Does God Hold Us Back? - Matthew 11:28-30

Does God hold us back? Does being a disciple limit and hinder us from doing better, more worthwhile things? Sometimes we think this way, even though we may not admit it. “If only I didn’t have to give so much of my energy and resources to the church...” or “My business would be much more successful if I didn’t have to be completely honest in my dealings…” or “I hate not being able to do what others do for socializing (ie, drink, curse, gossip, tell lewd jokes, etc.)…” And the list could go on.

It seems we have a tendency to bemoan how “limiting” and “narrow” we have become because of our commitment to the Lord. But this attitude comes from wrong thinking, and a look into three Biblical passages will help us see why.

taken from

MATTHEW 11:28-30
28 Come to me, all who labor and are heavy laden, and I will give you rest. 29Take my yoke upon you, and learn from me, for I am gentle and lowly in heart, and you will find rest for your souls. 30For my yoke is easy, and my burden is light.”

G.K. Chesterton once said “The Christian ideal has not been tried and found wanting. It has been found difficult and left untried.” The Christian life is indeed difficult, as so often taught by no less than Jesus and the apostles. So how could Jesus say, “my yoke is easy and my burden is light”?

The Burden of Legalism. Long before Jesus' time, God appointed Israelite priests to teach His laws to the people of Israel. Throughout the centuries, however, religious leaders added more and more rules that good Jews had to observe in order to be “holy.” They called these rules the “fence around the Torah,” or safety measures in order to protect people from breaking the laws. Strict enforcement of these rules led, predictably, to a very rigid and burdensome religion that, at times, bordered on the laughable. For example, Jesus and his disciples were confronted by the Pharisees for not washing their hands before meals. In another episode, religious leaders were incensed at Jesus for healing a man on the Sabbath!

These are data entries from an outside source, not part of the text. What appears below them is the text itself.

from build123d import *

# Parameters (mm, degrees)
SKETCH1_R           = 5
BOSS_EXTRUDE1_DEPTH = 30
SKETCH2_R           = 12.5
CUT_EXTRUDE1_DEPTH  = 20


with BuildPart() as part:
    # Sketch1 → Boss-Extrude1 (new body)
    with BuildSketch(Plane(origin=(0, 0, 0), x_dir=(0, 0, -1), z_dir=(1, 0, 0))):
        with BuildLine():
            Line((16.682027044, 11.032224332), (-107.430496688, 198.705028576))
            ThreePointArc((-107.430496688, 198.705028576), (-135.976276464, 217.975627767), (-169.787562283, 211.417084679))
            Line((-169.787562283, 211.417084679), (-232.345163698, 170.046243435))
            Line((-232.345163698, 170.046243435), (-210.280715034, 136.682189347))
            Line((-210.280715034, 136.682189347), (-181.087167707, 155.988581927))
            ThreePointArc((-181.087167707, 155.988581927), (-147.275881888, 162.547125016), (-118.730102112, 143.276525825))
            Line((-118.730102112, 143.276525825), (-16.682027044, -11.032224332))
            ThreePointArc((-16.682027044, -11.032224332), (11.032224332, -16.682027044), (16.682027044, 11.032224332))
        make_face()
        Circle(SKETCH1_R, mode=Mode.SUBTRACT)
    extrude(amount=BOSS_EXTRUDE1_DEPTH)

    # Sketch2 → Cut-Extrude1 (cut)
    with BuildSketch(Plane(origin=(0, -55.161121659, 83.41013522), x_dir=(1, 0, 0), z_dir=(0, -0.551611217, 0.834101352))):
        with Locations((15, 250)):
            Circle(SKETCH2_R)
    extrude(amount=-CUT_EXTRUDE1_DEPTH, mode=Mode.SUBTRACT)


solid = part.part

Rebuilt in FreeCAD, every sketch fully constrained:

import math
import FreeCAD as App
import Part
import Sketcher
from FreeCAD import Vector
Q = App.Units.Quantity

doc = App.newDocument("Part")
body = doc.addObject("PartDesign::Body", "Body")

# Sketch on YZ plane
sketch1 = body.newObject("Sketcher::SketchObject", "Sketch")
sketch1.AttachmentSupport = (doc.getObject("YZ_Plane"), [""])
sketch1.MapMode = "FlatFace"
sketch1.addGeometry([
    Part.LineSegment(Vector(11, -17, 0), Vector(199, 107, 0)),  # 0
    Part.ArcOfCircle(Part.Circle(Vector(174, 145, 0), Vector(0, 0, 1), 45), math.radians(-57), math.radians(33)),  # 1
    Part.LineSegment(Vector(211, 170, 0), Vector(170, 232, 0)),  # 2
    Part.LineSegment(Vector(170, 232, 0), Vector(137, 210, 0)),  # 3
    Part.LineSegment(Vector(137, 210, 0), Vector(156, 181, 0)),  # 4
    Part.ArcOfCircle(Part.Circle(Vector(118, 156, 0), Vector(0, 0, 1), 45), math.radians(-57), math.radians(33)),  # 5
    Part.LineSegment(Vector(143, 119, 0), Vector(-11, 17, 0)),  # 6
    Part.ArcOfCircle(Part.Circle(Vector(0, 0, 0), Vector(0, 0, 1), 20), math.radians(123), math.radians(303)),  # 7
    Part.Circle(Vector(0, 0, 0), Vector(0, 0, 1), 5),  # 8
], False)
sketch1.addConstraint([
    Sketcher.Constraint("Tangent", 0, 2, 1, 1),
    Sketcher.Constraint("Tangent", 1, 2, 2, 1),
    Sketcher.Constraint("Coincident", 2, 2, 3, 1),
    Sketcher.Constraint("Coincident", 3, 2, 4, 1),
    Sketcher.Constraint("Tangent", 4, 2, 5, 2),
    Sketcher.Constraint("Tangent", 5, 1, 6, 1),
    Sketcher.Constraint("Tangent", 6, 2, 7, 1),
    Sketcher.Constraint("Tangent", 7, 2, 0, 1),
    Sketcher.Constraint("Coincident", 7, 3, -1, 1),
    Sketcher.Constraint("Coincident", 8, 3, -1, 1),
    Sketcher.Constraint("Equal", 1, 5),
    Sketcher.Constraint("Perpendicular", 0, 2),
    Sketcher.Constraint("Perpendicular", 2, 3),
    Sketcher.Constraint("Perpendicular", 3, 4),
    Sketcher.Constraint("Perpendicular", 4, 6),
    Sketcher.Constraint("Diameter", 8, Q("10 mm")),
    Sketcher.Constraint("Radius", 1, Q("45 mm")),
    Sketcher.Constraint("Radius", 7, Q("20 mm")),
    Sketcher.Constraint("Distance", 0, Q("225 mm")),
    Sketcher.Constraint("Distance", 2, Q("75 mm")),
    Sketcher.Constraint("Distance", 3, Q("40 mm")),
    Sketcher.Constraint("DistanceY", 5, 3, 1, 2, Q("13.522899 mm")),
])
pad1 = body.newObject("PartDesign::Pad", "Pad")
pad1.Profile = sketch1
pad1.Length = 30

# Sketch on an angled plane
sketch2 = body.newObject("Sketcher::SketchObject", "Sketch001")
sketch2.Placement = App.Placement(Vector(0, -55.161122, 83.410135), App.Rotation(Vector(1, 0, 0), Vector(0, 0.834101352, 0.551611217), Vector(0, -0.551611217, 0.834101352), "ZXY"))
sketch2.addGeometry(Part.Circle(Vector(15, 250, 0), Vector(0, 0, 1), 12), False)
sketch2.addConstraint([
    Sketcher.Constraint("Diameter", 0, Q("25 mm")),
    Sketcher.Constraint("DistanceX", -1, 1, 0, 3, Q("15 mm")),
    Sketcher.Constraint("DistanceY", -1, 1, 0, 3, Q("250 mm")),
])
pocket1 = body.newObject("PartDesign::Pocket", "Pocket")
pocket1.Profile = sketch2
pocket1.Length = 20

doc.recompute()
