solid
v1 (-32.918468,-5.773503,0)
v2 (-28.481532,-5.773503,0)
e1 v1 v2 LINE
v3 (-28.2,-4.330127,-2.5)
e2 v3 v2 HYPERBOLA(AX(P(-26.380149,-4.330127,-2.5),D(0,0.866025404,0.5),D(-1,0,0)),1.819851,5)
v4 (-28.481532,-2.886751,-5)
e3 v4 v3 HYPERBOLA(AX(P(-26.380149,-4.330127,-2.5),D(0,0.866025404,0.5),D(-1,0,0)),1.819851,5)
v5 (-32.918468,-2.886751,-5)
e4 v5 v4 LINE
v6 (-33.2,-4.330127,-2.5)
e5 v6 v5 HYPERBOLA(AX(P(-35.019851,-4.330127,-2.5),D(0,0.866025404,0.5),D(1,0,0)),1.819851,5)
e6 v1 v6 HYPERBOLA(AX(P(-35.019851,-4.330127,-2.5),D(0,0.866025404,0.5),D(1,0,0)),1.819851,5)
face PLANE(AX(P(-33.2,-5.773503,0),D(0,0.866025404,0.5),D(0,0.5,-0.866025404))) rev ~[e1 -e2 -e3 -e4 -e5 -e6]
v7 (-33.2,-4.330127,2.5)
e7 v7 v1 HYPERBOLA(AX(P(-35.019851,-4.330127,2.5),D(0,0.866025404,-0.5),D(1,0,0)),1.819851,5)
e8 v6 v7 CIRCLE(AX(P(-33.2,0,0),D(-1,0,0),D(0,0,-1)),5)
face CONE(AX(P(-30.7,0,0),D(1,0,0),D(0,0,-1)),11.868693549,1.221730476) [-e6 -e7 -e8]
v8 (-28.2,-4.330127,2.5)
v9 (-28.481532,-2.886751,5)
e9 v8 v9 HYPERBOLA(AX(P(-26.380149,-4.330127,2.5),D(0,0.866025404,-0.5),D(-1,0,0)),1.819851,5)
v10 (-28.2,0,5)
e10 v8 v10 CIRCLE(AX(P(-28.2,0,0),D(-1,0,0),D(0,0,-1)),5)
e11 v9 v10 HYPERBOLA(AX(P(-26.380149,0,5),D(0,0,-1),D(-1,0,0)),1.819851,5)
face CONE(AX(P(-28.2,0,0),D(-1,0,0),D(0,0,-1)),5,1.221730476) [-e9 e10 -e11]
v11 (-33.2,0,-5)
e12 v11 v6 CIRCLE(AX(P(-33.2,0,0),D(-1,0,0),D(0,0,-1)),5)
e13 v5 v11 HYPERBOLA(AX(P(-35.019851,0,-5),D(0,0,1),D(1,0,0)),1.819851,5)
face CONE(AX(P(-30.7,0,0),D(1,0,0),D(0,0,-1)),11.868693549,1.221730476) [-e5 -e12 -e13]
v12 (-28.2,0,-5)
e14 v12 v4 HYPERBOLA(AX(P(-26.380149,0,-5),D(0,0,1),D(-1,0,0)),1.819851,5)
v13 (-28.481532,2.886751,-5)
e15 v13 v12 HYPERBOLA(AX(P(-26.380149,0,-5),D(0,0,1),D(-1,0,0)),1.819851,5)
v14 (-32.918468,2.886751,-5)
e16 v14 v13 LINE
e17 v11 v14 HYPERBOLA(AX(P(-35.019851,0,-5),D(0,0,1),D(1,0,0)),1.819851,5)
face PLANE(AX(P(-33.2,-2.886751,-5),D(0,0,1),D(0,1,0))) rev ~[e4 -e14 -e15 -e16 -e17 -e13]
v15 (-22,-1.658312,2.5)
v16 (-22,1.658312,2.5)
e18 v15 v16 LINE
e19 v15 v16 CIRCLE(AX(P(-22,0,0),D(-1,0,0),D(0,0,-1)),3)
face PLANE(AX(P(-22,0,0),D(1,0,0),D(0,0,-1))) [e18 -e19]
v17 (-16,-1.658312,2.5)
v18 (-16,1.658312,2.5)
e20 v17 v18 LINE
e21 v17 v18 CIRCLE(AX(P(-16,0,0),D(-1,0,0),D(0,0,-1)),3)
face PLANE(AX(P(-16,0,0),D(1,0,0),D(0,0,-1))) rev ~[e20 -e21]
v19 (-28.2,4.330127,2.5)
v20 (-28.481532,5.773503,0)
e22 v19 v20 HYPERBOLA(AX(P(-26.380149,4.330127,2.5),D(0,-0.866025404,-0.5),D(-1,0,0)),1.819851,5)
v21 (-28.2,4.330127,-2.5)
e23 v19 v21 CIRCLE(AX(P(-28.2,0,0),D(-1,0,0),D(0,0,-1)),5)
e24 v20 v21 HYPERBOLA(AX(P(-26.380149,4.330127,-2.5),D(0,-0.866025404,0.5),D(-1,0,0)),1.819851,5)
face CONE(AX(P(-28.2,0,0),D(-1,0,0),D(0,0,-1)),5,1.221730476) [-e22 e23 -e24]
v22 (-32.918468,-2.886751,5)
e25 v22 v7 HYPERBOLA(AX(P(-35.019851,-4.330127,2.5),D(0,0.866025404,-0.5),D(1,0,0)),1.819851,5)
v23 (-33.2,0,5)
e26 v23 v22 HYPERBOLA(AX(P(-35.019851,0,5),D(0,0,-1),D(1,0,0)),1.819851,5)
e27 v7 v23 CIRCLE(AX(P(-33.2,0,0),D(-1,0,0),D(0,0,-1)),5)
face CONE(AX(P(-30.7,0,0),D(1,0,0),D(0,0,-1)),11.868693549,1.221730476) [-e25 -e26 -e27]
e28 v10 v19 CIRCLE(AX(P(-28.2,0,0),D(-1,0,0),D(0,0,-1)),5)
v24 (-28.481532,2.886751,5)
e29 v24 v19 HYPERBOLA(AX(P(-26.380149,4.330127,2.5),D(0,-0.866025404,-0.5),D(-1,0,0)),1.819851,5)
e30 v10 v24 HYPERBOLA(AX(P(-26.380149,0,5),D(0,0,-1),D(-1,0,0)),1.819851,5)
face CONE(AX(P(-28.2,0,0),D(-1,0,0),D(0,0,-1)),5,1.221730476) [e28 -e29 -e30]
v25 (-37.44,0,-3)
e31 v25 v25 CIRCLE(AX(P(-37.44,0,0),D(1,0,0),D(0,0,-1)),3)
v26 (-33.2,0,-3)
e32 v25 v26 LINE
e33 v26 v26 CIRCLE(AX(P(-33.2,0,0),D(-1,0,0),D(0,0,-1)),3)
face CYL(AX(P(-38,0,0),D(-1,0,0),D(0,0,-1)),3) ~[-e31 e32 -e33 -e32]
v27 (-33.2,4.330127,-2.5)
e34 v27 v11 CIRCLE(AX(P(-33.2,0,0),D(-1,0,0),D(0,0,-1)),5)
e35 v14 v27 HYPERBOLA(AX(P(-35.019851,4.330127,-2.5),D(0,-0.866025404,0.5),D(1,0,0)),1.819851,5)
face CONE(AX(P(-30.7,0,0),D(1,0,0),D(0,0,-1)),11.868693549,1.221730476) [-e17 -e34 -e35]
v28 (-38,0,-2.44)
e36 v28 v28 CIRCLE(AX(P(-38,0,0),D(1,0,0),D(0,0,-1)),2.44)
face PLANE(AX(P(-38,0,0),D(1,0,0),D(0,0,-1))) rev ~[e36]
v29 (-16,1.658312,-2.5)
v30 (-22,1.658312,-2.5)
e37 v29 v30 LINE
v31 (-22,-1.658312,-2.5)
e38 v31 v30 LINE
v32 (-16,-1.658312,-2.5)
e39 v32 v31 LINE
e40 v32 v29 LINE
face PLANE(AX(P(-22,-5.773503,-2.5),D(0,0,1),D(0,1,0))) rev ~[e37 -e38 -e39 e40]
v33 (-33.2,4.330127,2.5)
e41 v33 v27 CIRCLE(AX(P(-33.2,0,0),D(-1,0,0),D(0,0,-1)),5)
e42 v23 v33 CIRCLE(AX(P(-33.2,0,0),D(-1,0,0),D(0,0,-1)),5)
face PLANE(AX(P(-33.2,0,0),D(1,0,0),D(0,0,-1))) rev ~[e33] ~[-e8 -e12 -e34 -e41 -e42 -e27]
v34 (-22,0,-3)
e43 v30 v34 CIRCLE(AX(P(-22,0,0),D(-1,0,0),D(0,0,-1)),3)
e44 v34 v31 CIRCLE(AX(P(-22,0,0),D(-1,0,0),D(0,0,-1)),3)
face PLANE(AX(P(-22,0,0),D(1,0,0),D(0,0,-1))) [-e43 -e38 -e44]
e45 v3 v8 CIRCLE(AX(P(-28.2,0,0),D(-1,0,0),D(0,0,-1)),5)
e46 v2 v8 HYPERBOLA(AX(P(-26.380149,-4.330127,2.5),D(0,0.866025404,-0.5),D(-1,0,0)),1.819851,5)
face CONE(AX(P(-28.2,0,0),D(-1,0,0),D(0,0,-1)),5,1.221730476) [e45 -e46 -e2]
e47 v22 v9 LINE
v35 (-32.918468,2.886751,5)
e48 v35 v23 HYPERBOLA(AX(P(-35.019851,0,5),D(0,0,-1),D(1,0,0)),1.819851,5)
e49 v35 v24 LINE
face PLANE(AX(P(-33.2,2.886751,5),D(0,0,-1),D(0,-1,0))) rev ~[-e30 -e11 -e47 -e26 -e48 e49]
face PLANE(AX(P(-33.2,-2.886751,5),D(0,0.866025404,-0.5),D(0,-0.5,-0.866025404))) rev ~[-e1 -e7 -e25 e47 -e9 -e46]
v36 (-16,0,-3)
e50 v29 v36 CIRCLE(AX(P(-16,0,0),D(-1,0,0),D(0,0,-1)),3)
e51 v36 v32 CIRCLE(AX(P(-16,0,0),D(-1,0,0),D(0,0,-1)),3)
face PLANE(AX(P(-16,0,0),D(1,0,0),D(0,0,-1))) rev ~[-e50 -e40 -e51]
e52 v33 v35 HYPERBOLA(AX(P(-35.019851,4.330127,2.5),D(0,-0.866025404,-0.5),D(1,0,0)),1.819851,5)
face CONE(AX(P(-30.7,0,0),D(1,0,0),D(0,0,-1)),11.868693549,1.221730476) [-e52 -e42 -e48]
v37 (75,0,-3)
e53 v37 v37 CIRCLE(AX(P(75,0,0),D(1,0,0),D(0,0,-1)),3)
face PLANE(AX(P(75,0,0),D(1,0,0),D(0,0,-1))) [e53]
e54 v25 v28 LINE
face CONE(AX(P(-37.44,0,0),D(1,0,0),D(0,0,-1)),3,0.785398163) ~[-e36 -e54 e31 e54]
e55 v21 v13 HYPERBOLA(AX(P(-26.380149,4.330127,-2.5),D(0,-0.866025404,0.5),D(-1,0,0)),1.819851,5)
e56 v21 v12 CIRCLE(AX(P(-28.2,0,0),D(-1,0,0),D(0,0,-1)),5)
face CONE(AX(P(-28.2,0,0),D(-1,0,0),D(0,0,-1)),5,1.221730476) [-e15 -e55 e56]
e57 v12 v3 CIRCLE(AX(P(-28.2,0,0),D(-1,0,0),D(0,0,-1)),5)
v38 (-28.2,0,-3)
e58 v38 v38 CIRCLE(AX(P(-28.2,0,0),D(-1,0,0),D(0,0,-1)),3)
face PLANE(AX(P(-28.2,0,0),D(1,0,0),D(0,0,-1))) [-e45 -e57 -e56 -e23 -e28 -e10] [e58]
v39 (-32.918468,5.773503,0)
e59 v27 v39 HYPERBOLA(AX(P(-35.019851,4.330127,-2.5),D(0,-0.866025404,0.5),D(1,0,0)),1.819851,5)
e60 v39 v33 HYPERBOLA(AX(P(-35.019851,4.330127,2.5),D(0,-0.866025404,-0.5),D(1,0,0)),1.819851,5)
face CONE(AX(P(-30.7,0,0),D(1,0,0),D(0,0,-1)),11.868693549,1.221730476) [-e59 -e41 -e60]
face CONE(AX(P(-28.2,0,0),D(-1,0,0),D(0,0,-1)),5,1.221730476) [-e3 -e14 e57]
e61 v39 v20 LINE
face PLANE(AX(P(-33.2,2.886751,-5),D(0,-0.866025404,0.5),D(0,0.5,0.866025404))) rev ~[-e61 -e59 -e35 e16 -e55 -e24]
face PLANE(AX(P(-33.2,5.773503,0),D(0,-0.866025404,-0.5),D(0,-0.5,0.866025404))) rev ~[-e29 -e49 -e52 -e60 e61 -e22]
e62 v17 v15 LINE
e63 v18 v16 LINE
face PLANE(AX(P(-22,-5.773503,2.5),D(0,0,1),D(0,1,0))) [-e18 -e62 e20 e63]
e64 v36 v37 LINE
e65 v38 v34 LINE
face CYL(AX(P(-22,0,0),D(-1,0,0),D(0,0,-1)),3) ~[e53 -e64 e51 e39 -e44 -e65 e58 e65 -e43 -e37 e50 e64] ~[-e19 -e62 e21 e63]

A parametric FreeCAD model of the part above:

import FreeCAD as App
import Part
import Sketcher
Q = App.Units.Quantity


def edges_at(feature, points):
    """Names of the edges that pass closest to the given points."""
    edges = feature.Shape.Edges
    near = lambda p: min(range(len(edges)), key=lambda i: edges[i].distToShape(Part.Vertex(*p))[0])
    return sorted({f"Edge{near(p) + 1}" for p in points})


def add_polygon(sketch, points):
    """Adds a closed chain of lines whose ends are joined by coincident constraints."""
    first, n = sketch.GeometryCount, len(points)
    for a, b in zip(points, points[1:] + points[:1]):
        sketch.addGeometry(Part.LineSegment(App.Vector(*a, 0), App.Vector(*b, 0)), False)
    for i in range(n):
        sketch.addConstraint(Sketcher.Constraint("Coincident", first + i, 2, first + (i + 1) % n, 1))

doc = App.newDocument("Part")
body = doc.addObject("PartDesign::Body", "Body")

# Sketch on YZ plane
sketch1 = body.newObject("Sketcher::SketchObject", "Sketch")
sketch1.AttachmentSupport = (doc.getObject("YZ_Plane"), [""])
sketch1.MapMode = "FlatFace"
sketch1.AttachmentOffset = App.Placement(App.Vector(0, 0, -38), App.Rotation())
sketch1.addGeometry(Part.Circle(App.Vector(0, 0, 0), App.Vector(0, 0, 1), 3), False)
sketch1.addConstraint(Sketcher.Constraint("Coincident", 0, 3, -1, 1))
sketch1.addConstraint(Sketcher.Constraint("Diameter", 0, 6.0))
pad1 = body.newObject("PartDesign::Pad", "Pad")
pad1.Profile = sketch1
pad1.Length = 16

# Sketch on YZ plane
sketch2 = body.newObject("Sketcher::SketchObject", "Sketch001")
sketch2.AttachmentSupport = (doc.getObject("YZ_Plane"), [""])
sketch2.MapMode = "FlatFace"
sketch2.AttachmentOffset = App.Placement(App.Vector(0, 0, -33.2), App.Rotation())
add_polygon(sketch2, [(-6, 0), (-3, -5), (3, -5), (6, 0), (3, 5), (-3, 5)])  # lines 0-5
sketch2.addConstraint(Sketcher.Constraint("Horizontal", 1))
sketch2.addConstraint(Sketcher.Constraint("Horizontal", 4))
sketch2.addConstraint(Sketcher.Constraint("Symmetric", 0, 2, 3, 2, -1, 1))
sketch2.addConstraint(Sketcher.Constraint("Symmetric", 2, 2, 5, 2, -1, 1))
sketch2.addConstraint(Sketcher.Constraint("PointOnObject", 2, 2, -1))
sketch2.addConstraint(Sketcher.Constraint("Parallel", 2, 5))
sketch2.addConstraint(Sketcher.Constraint("Vertical", 1, 2, 3, 2))
sketch2.addConstraint(Sketcher.Constraint("Angle", 0, Q("-60 deg")))
sketch2.addConstraint(Sketcher.Constraint("DistanceY", 0, 2, -1, 1, 5.0))
sketch2.addConstraint(Sketcher.Constraint("DistanceX", 1, 1, 1, 2, 5.773503))
pad2 = body.newObject("PartDesign::Pad", "Pad001")
pad2.Profile = sketch2
pad2.Length = 5

# Sketch on YZ plane
sketch3 = body.newObject("Sketcher::SketchObject", "Sketch002")
sketch3.AttachmentSupport = (doc.getObject("YZ_Plane"), [""])
sketch3.MapMode = "FlatFace"
sketch3.AttachmentOffset = App.Placement(App.Vector(0, 0, -22), App.Rotation())
sketch3.addGeometry(Part.Circle(App.Vector(0, 0, 0), App.Vector(0, 0, 1), 3), False)
sketch3.addConstraint(Sketcher.Constraint("Coincident", 0, 3, -1, 1))
sketch3.addConstraint(Sketcher.Constraint("Diameter", 0, 6.0))
pad3 = body.newObject("PartDesign::Pad", "Pad002")
pad3.Profile = sketch3
pad3.Length = 97

# Sketch on YZ plane
sketch4 = body.newObject("Sketcher::SketchObject", "Sketch003")
sketch4.AttachmentSupport = (doc.getObject("YZ_Plane"), [""])
sketch4.MapMode = "FlatFace"
sketch4.AttachmentOffset = App.Placement(App.Vector(0, 0, -22), App.Rotation())
add_polygon(sketch4, [(18, 17), (-18, 17), (-18, -17), (18, -17)])  # lines 0-3
add_polygon(sketch4, [(-6, -2), (-6, 2), (6, 2), (6, -2)])  # lines 4-7
sketch4.addConstraint(Sketcher.Constraint("Horizontal", 0))
sketch4.addConstraint(Sketcher.Constraint("Vertical", 1))
sketch4.addConstraint(Sketcher.Constraint("Horizontal", 2))
sketch4.addConstraint(Sketcher.Constraint("Vertical", 3))
sketch4.addConstraint(Sketcher.Constraint("Vertical", 4))
sketch4.addConstraint(Sketcher.Constraint("Horizontal", 5))
sketch4.addConstraint(Sketcher.Constraint("Vertical", 6))
sketch4.addConstraint(Sketcher.Constraint("Horizontal", 7))
sketch4.addConstraint(Sketcher.Constraint("Symmetric", 0, 2, 2, 2, -1, 1))
sketch4.addConstraint(Sketcher.Constraint("Symmetric", 4, 2, 6, 2, -1, 1))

The Deceptiveness of Formalism. Emphasizing external conformity to a set of rules made the Judaism of Jesus' day formalistic. Someone could be considered holy just because he/she attended the synagogue, observed holy days, kept aloof from known sinners like lepers, prostitutes and tax collectors, and gave tithes to the Temple. This failed to recognize, however, that holiness is a matter of the heart before it is a matter of external obedience.

A Graceless “Holiness”. True to their formalistic bent, the religious leaders reasoned that in order to protect their holiness, pious Jews had to keep away from people who were considered especially sinful: sick and physically handicapped people, because their condition was (wrongly) seen as God's punishment for sin; tax collectors, because they collaborated with the despised Romans and stole from the people; Samaritans, because their religion was an unholy hybrid of Judaism and pagan religions; and prostitutes... for obvious reasons. And so, they abdicated their God-given responsibility to reach out in love to these groups and lead them to the Lord. Instead of letting God's light shine, they tried to keep it to themselves, in their holy huddle.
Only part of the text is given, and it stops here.